When a line makes an angle with the axes in a 3-dimensional coordinate system, each of these angles helps in determining the line's orientation. Specifically, for our problem, the line makes an angle \(\theta\) with the \(x\)-axis and the \(z\)-axis, meaning the direction cosine with respect to these axes is \(\cos \theta\). The direction cosines, denoted as \(l\), \(m\), and \(n\), represent the cosine of the angles which the line makes with the \(x\)-, \(y\)-, and \(z\)-axes, respectively. For any line in space, these cosines are essential in understanding its direction. In mathematical terms, if a line makes equal angles with two axes, their respective direction cosines are equal. This basic understanding helps us link the angles involved and work towards finding unknown values through equations.
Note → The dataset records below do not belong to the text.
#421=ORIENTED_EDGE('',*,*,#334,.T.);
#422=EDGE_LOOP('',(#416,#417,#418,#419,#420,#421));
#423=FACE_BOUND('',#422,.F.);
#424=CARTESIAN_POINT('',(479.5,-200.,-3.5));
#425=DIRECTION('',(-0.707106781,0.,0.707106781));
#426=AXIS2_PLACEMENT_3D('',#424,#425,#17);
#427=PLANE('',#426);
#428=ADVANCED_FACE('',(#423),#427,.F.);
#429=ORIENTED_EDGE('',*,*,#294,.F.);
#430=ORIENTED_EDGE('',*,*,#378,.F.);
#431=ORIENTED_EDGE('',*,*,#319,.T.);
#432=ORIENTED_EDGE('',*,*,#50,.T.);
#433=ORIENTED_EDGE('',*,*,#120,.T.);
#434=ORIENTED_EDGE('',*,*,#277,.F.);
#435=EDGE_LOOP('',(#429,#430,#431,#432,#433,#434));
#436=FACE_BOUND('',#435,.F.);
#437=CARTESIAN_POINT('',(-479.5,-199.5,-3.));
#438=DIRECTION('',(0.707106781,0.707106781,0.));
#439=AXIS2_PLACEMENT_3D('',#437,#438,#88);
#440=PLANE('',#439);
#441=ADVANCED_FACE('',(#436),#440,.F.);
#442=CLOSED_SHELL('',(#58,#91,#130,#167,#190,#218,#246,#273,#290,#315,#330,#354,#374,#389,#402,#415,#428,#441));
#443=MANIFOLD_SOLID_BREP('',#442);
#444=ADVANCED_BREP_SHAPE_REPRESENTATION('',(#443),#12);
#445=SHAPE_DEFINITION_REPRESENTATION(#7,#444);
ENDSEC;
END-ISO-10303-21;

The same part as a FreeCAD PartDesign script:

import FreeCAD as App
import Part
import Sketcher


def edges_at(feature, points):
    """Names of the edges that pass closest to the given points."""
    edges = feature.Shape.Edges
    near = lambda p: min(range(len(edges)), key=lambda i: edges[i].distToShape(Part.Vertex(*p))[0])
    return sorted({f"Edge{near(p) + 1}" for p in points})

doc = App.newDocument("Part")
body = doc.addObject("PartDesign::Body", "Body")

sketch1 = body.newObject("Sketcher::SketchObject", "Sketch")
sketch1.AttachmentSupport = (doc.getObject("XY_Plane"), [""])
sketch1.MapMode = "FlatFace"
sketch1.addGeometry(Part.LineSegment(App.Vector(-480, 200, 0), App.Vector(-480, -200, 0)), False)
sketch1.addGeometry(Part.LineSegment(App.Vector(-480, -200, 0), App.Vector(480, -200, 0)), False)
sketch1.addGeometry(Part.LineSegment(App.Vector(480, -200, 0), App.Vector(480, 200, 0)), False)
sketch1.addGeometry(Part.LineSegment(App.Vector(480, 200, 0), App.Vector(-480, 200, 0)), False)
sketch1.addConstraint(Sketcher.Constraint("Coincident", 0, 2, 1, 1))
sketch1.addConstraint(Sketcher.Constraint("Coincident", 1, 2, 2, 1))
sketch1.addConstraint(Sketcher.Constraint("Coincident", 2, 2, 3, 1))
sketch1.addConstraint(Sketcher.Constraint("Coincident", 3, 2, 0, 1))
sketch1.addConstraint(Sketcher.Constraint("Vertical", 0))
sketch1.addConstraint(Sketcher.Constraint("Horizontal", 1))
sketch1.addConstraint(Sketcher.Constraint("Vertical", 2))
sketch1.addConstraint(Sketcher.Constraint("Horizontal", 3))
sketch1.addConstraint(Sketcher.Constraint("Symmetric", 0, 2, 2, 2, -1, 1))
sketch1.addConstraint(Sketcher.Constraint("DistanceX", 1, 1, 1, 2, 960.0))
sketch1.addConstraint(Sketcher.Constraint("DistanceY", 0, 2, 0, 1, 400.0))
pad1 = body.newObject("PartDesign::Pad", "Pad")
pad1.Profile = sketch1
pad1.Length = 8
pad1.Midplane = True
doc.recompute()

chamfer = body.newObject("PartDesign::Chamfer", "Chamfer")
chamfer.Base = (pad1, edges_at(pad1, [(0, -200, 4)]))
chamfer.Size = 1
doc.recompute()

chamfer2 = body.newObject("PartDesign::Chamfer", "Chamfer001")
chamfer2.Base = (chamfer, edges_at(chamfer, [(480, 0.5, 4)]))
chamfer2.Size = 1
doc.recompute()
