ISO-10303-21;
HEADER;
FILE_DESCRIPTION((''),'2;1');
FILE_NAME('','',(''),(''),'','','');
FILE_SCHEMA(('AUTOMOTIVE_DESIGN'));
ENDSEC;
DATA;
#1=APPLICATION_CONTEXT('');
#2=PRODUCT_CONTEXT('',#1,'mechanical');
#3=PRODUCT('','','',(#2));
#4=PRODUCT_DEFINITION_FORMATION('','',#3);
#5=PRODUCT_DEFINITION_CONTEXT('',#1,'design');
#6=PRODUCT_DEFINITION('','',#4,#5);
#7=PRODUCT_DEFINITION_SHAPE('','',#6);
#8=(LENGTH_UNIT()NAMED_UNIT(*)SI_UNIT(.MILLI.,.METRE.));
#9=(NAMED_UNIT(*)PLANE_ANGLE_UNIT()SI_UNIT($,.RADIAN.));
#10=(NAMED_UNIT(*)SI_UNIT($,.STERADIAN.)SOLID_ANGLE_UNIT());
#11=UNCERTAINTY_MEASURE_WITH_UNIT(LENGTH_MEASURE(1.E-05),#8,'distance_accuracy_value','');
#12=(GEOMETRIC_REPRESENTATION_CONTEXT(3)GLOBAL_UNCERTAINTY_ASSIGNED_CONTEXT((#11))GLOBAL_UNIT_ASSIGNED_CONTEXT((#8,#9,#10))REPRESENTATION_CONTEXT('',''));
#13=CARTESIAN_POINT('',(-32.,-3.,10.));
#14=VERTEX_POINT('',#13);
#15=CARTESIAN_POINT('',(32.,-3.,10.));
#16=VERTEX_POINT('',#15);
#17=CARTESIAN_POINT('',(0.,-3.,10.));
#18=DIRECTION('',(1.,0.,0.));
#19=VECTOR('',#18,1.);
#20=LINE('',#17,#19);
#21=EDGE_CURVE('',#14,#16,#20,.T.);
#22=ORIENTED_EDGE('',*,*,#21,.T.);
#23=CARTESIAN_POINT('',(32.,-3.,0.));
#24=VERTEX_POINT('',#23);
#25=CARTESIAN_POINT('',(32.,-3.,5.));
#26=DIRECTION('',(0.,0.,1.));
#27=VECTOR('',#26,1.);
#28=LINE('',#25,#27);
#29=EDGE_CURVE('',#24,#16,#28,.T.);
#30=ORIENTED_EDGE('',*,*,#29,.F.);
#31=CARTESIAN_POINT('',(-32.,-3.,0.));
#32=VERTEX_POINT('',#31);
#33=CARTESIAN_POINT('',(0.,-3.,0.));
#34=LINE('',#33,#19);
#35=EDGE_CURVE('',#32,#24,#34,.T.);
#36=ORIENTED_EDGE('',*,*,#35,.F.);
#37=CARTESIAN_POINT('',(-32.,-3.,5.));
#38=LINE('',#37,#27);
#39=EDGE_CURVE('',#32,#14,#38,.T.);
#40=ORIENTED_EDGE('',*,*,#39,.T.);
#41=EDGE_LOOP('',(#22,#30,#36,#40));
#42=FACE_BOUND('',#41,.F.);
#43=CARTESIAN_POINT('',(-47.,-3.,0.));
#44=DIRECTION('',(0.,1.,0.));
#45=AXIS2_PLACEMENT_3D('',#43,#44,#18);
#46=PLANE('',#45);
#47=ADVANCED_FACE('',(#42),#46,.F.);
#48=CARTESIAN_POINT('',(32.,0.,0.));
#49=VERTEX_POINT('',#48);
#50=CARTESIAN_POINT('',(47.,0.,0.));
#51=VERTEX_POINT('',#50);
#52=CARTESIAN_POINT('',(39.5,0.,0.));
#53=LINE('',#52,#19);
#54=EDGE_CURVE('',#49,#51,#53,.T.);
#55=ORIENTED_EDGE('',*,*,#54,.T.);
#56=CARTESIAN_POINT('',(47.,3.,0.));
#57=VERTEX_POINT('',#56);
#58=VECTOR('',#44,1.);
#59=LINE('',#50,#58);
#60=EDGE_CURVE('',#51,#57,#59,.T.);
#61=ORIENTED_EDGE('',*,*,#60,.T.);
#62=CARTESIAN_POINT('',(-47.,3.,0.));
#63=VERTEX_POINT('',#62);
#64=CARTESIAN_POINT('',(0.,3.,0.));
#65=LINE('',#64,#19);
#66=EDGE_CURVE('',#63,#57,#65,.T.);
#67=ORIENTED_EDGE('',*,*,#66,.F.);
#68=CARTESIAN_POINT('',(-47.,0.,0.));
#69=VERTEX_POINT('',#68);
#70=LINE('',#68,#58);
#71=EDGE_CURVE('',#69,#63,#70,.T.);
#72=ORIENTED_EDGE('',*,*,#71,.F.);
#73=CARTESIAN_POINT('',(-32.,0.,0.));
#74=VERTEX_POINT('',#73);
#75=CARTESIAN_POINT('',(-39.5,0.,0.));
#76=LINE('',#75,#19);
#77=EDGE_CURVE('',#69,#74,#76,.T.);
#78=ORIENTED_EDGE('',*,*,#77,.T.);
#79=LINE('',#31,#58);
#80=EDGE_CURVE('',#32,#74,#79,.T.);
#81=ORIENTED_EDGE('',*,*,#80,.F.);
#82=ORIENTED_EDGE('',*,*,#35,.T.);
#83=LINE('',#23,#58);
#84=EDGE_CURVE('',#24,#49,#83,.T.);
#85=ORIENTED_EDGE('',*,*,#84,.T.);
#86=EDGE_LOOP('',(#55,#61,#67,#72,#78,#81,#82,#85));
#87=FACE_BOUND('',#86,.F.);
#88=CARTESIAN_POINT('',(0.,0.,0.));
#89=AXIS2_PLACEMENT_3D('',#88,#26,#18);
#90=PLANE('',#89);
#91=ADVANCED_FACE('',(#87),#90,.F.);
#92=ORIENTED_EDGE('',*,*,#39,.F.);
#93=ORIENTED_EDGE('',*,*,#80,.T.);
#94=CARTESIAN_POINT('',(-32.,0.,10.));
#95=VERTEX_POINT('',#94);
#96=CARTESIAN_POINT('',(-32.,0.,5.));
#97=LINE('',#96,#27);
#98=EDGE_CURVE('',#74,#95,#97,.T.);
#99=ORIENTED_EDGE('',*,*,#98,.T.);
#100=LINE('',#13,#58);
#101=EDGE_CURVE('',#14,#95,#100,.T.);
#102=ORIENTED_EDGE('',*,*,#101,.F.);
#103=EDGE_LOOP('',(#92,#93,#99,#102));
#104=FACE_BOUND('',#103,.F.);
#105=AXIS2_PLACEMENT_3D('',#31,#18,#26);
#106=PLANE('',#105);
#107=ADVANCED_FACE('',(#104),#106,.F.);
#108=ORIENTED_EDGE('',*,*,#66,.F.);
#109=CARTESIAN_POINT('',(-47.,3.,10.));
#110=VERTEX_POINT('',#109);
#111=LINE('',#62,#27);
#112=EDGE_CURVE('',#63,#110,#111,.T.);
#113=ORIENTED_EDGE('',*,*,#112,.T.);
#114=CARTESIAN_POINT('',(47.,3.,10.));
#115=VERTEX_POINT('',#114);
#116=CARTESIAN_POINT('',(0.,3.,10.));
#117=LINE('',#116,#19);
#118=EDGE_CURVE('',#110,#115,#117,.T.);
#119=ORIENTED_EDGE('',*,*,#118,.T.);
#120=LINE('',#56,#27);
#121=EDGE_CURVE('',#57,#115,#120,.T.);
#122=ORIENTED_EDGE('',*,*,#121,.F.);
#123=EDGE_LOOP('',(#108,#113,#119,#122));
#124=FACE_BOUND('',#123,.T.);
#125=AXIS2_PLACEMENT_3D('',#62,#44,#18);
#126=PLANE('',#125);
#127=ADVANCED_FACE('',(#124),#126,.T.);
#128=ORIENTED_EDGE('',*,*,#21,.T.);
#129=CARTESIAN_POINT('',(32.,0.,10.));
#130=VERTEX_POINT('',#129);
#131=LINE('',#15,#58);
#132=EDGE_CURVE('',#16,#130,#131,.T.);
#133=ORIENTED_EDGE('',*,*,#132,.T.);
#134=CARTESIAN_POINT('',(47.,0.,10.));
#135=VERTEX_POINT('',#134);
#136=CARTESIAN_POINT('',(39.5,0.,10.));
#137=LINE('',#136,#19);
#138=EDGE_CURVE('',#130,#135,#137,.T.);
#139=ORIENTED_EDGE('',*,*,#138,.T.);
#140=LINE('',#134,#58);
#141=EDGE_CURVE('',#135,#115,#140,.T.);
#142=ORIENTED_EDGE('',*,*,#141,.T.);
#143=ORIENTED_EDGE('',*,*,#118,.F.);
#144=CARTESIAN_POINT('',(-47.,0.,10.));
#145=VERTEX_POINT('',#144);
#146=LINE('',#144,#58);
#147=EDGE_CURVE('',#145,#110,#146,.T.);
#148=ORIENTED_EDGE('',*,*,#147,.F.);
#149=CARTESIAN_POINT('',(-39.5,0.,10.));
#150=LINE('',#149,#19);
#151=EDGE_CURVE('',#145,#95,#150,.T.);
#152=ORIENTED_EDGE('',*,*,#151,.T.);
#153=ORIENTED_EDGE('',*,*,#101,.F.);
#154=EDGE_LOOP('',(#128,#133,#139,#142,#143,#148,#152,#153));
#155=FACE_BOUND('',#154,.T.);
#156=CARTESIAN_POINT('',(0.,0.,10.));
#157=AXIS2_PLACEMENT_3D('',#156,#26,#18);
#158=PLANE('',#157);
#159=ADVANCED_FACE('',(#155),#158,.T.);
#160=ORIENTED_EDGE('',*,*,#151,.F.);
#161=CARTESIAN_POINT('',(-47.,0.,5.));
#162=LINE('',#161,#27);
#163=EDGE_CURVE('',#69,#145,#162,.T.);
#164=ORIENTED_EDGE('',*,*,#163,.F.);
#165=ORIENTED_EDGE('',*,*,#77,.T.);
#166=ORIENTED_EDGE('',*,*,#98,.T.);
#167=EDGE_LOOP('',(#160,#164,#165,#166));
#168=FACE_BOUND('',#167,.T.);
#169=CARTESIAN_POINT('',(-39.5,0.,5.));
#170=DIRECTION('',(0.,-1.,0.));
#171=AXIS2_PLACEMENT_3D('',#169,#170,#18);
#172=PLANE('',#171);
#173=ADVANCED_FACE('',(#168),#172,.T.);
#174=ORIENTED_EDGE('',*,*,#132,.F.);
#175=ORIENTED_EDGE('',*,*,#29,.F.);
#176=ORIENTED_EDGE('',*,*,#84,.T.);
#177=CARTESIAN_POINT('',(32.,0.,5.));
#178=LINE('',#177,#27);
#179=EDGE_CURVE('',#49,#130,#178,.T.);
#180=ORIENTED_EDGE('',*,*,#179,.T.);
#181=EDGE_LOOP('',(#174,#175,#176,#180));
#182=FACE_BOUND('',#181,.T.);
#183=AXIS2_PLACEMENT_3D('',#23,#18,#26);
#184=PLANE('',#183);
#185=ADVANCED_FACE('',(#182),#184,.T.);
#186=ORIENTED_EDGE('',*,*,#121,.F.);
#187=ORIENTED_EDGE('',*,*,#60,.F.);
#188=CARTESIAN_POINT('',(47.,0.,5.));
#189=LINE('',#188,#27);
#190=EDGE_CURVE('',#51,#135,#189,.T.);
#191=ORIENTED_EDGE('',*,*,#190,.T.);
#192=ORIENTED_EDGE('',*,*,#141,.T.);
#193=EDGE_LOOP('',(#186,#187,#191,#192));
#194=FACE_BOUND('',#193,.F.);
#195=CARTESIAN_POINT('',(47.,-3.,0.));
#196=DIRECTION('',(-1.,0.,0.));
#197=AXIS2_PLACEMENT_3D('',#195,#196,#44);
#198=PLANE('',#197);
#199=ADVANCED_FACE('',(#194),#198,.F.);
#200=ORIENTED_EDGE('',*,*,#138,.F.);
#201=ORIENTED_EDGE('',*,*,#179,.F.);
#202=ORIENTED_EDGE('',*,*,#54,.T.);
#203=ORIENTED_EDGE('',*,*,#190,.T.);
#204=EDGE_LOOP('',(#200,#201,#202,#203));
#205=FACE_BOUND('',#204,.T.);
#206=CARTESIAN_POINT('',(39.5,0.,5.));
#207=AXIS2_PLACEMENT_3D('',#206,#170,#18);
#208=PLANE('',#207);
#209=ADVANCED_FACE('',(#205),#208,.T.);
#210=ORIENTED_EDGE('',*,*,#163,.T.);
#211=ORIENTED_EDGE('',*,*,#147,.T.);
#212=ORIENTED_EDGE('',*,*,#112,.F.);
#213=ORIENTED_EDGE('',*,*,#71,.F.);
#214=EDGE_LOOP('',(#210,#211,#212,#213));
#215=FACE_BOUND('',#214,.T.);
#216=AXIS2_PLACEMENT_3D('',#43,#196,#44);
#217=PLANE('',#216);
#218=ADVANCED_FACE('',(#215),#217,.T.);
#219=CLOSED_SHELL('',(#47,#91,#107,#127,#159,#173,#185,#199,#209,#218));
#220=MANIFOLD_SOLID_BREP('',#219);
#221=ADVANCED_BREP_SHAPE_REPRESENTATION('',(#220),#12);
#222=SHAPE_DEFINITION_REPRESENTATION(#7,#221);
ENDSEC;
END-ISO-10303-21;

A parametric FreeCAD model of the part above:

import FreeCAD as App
import Part
import Sketcher

V = App.Vector
Q = App.Units.Quantity

doc = App.newDocument("Part")
body = doc.addObject("PartDesign::Body", "Body")

# Sketch on XY plane
sketch1 = doc.addObject("Sketcher::SketchObject", "Sketch")
body.addObject(sketch1)
sketch1.AttachmentSupport = (doc.XY_Plane, [""])
sketch1.MapMode = "FlatFace"
sketch1.addGeometry(Part.LineSegment(V(-47, 3, 0), V(-47, -3, 0)), False)
sketch1.addGeometry(Part.LineSegment(V(-47, -3, 0), V(47, -3, 0)), False)
sketch1.addGeometry(Part.LineSegment(V(47, -3, 0), V(47, 3, 0)), False)
sketch1.addGeometry(Part.LineSegment(V(47, 3, 0), V(-47, 3, 0)), False)
sketch1.addConstraint(Sketcher.Constraint("Coincident", 0, 2, 1, 1))
sketch1.addConstraint(Sketcher.Constraint("Coincident", 1, 2, 2, 1))
sketch1.addConstraint(Sketcher.Constraint("Coincident", 2, 2, 3, 1))
sketch1.addConstraint(Sketcher.Constraint("Coincident", 3, 2, 0, 1))
sketch1.addConstraint(Sketcher.Constraint("Vertical", 0))
sketch1.addConstraint(Sketcher.Constraint("Horizontal", 1))
sketch1.addConstraint(Sketcher.Constraint("Vertical", 2))
sketch1.addConstraint(Sketcher.Constraint("Horizontal", 3))
sketch1.addConstraint(Sketcher.Constraint("Symmetric", 0, 2, 2, 2, -1, 1))
sketch1.addConstraint(Sketcher.Constraint("DistanceX", 1, 1, 1, 2, Q("94 mm")))
sketch1.addConstraint(Sketcher.Constraint("DistanceY", 0, 2, 0, 1, Q("6 mm")))
pad1 = doc.addObject("PartDesign::Pad", "Pad")
body.addObject(pad1)
pad1.Profile = sketch1
pad1.Length = 10

# Sketch on XZ plane
sketch2 = doc.addObject("Sketcher::SketchObject", "Sketch001")
body.addObject(sketch2)
sketch2.AttachmentSupport = (doc.XZ_Plane, [""])
sketch2.MapMode = "FlatFace"
sketch2.AttachmentOffset = App.Placement(V(0, 0, 3), App.Rotation())
sketch2.addGeometry(Part.LineSegment(V(32, 10, 0), V(32, 0, 0)), False)
sketch2.addGeometry(Part.LineSegment(V(32, 0, 0), V(47, 0, 0)), False)
sketch2.addGeometry(Part.LineSegment(V(47, 0, 0), V(47, 10, 0)), False)
sketch2.addGeometry(Part.LineSegment(V(47, 10, 0), V(32, 10, 0)), False)
sketch2.addGeometry(Part.LineSegment(V(-47, 10, 0), V(-47, 0, 0)), False)
sketch2.addGeometry(Part.LineSegment(V(-47, 0, 0), V(-32, 0, 0)), False)
sketch2.addGeometry(Part.LineSegment(V(-32, 0, 0), V(-32, 10, 0)), False)
sketch2.addGeometry(Part.LineSegment(V(-32, 10, 0), V(-47, 10, 0)), False)
sketch2.addConstraint(Sketcher.Constraint("Coincident", 0, 2, 1, 1))
sketch2.addConstraint(Sketcher.Constraint("Coincident", 1, 2, 2, 1))
sketch2.addConstraint(Sketcher.Constraint("Coincident", 2, 2, 3, 1))
sketch2.addConstraint(Sketcher.Constraint("Coincident", 3, 2, 0, 1))
sketch2.addConstraint(Sketcher.Constraint("Coincident", 4, 2, 5, 1))
sketch2.addConstraint(Sketcher.Constraint("Coincident", 5, 2, 6, 1))
sketch2.addConstraint(Sketcher.Constraint("Coincident", 6, 2, 7, 1))
sketch2.addConstraint(Sketcher.Constraint("Coincident", 7, 2, 4, 1))
sketch2.addConstraint(Sketcher.Constraint("Vertical", 0))
sketch2.addConstraint(Sketcher.Constraint("Horizontal", 1))
sketch2.addConstraint(Sketcher.Constraint("Vertical", 2))
sketch2.addConstraint(Sketcher.Constraint("Horizontal", 3))
sketch2.addConstraint(Sketcher.Constraint("Vertical", 4))
sketch2.addConstraint(Sketcher.Constraint("Horizontal", 5))
sketch2.addConstraint(Sketcher.Constraint("Vertical", 6))
sketch2.addConstraint(Sketcher.Constraint("Horizontal", 7))
sketch2.addConstraint(Sketcher.Constraint("Symmetric", 1, 2, 4, 2, -1, 1))
sketch2.addConstraint(Sketcher.Constraint("Symmetric", 0, 2, 5, 2, -2))
sketch2.addConstraint(Sketcher.Constraint("Horizontal", 3, 2, 6, 2))
sketch2.addConstraint(Sketcher.Constraint("DistanceX", 1, 1, 1, 2, Q("15 mm")))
Trigonometric identities are crucial tools that simplify the relationships between different angles. In our problem, we know that \(\sin^2 \beta = 3 \sin^2 \theta\). Using the identity \(\sin^2 \theta = 1 - \cos^2 \theta\), we can express \(\beta\) in terms of \(\theta\). This expression allows us to substitute known values and simplify the equation further. By substituting \(\sin^2 \beta\) as \(1 - \cos^2 \beta\) and applying it to the equation, we transform the trigonometric proportion into an algebraic equation, which is easier to work with. Trigonometric identities thus bridge the gap between geometric concepts and algebraic solutions, facilitating the tractable calculation of unknown variables.
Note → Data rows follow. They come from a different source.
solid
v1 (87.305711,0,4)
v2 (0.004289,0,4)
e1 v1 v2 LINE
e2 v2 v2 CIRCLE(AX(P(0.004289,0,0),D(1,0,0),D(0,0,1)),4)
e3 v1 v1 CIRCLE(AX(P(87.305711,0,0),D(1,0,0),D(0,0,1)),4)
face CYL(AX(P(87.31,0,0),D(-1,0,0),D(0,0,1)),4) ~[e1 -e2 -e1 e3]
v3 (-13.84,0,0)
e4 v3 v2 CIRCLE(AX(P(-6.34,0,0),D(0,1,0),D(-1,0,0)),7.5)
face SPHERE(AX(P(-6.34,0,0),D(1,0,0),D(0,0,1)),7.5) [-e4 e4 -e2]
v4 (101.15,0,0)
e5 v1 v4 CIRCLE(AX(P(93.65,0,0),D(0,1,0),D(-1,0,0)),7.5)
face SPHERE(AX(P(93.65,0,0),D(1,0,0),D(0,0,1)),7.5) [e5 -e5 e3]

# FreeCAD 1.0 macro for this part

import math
import FreeCAD as App
import Part
import Sketcher

doc = App.newDocument("Part")
params = doc.addObject("Spreadsheet::Sheet", "Params")
for row, (alias, value) in enumerate([
    ("sketch1_radius", "7.5 mm"),
    ("sketch1_width", "114.99 mm"),
    ("revolution_angle", "360 deg"),
], start=1):
    params.set(f"A{row}", alias)
    params.set(f"B{row}", "=" + value)
    params.setAlias(f"B{row}", alias)

body = doc.addObject("PartDesign::Body", "Body")

sketch1 = body.newObject("Sketcher::SketchObject", "Sketch")
sketch1.AttachmentSupport = (doc.getObject("XZ_Plane"), [""])
sketch1.MapMode = "FlatFace"
sketch1.addGeometry(Part.ArcOfCircle(Part.Circle(App.Vector(-6, 0, 0), App.Vector(0, 0, 1), 8), math.radians(32), math.radians(180)), False)
sketch1.addGeometry(Part.LineSegment(App.Vector(0, 4, 0), App.Vector(87, 4, 0)), False)
sketch1.addGeometry(Part.ArcOfCircle(Part.Circle(App.Vector(94, 0, 0), App.Vector(0, 0, 1), 8), math.radians(0), math.radians(148)), False)
sketch1.addGeometry(Part.LineSegment(App.Vector(101, 0, 0), App.Vector(-14, 0, 0)), False)
sketch1.addConstraint(Sketcher.Constraint("Coincident", 0, 1, 1, 1))
sketch1.addConstraint(Sketcher.Constraint("Coincident", 1, 2, 2, 2))
sketch1.addConstraint(Sketcher.Constraint("Coincident", 2, 1, 3, 1))
sketch1.addConstraint(Sketcher.Constraint("Coincident", 3, 2, 0, 2))
sketch1.addConstraint(Sketcher.Constraint("Horizontal", 1))
sketch1.addConstraint(Sketcher.Constraint("Horizontal", 3))
sketch1.addConstraint(Sketcher.Constraint("Equal", 0, 2))
sketch1.addConstraint(Sketcher.Constraint("PointOnObject", 0, 3, -1))
sketch1.addConstraint(Sketcher.Constraint("PointOnObject", 2, 3, -1))
sketch1.addConstraint(Sketcher.Constraint("PointOnObject", 2, 1, -1))
sketch1.addConstraint(Sketcher.Constraint("Radius", 0, 7.5))
sketch1.addConstraint(Sketcher.Constraint("DistanceX", 0, 3, -1, 1, 6.34))
sketch1.addConstraint(Sketcher.Constraint("DistanceY", -1, 1, 0, 1, 4.0))
sketch1.addConstraint(Sketcher.Constraint("DistanceX", 3, 2, 3, 1, 114.99))
sketch1.setExpression("Constraints[10]", "Params.sketch1_radius")
sketch1.setExpression("Constraints[13]", "Params.sketch1_width")
revolution = body.newObject("PartDesign::Revolution", "Revolution")
revolution.Profile = sketch1
revolution.ReferenceAxis = (sketch1, ["H_Axis"])
revolution.setExpression("Angle", "Params.revolution_angle")

doc.recompute()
Algebraic manipulation refers to the process of rearranging and simplifying equations to isolate and solve for unknown variables. Starting with our given equation \(1 - m^2 = 3(1 - \cos^2 \theta)\), we aim to express all terms in known forms. The step involves expanding and collecting like terms, eventually leading to \(m^2 = 3 \cos^2 \theta - 2\). From this point, algebraic manipulation guides us to substitute these back into the direction cosines' equation \(l^2 + m^2 + n^2 = 1\). Replacing \(l\) and \(n\) with \(\cos \theta\), since they are equal, allows us to solve for \(\cos^2 \theta\). The elegance of algebraic manipulation lies in its ability to transform complex relationships into coherent solutions through careful application of basic operations, culminating in the desired result, \(\cos^2 \theta = \frac{3}{5}\).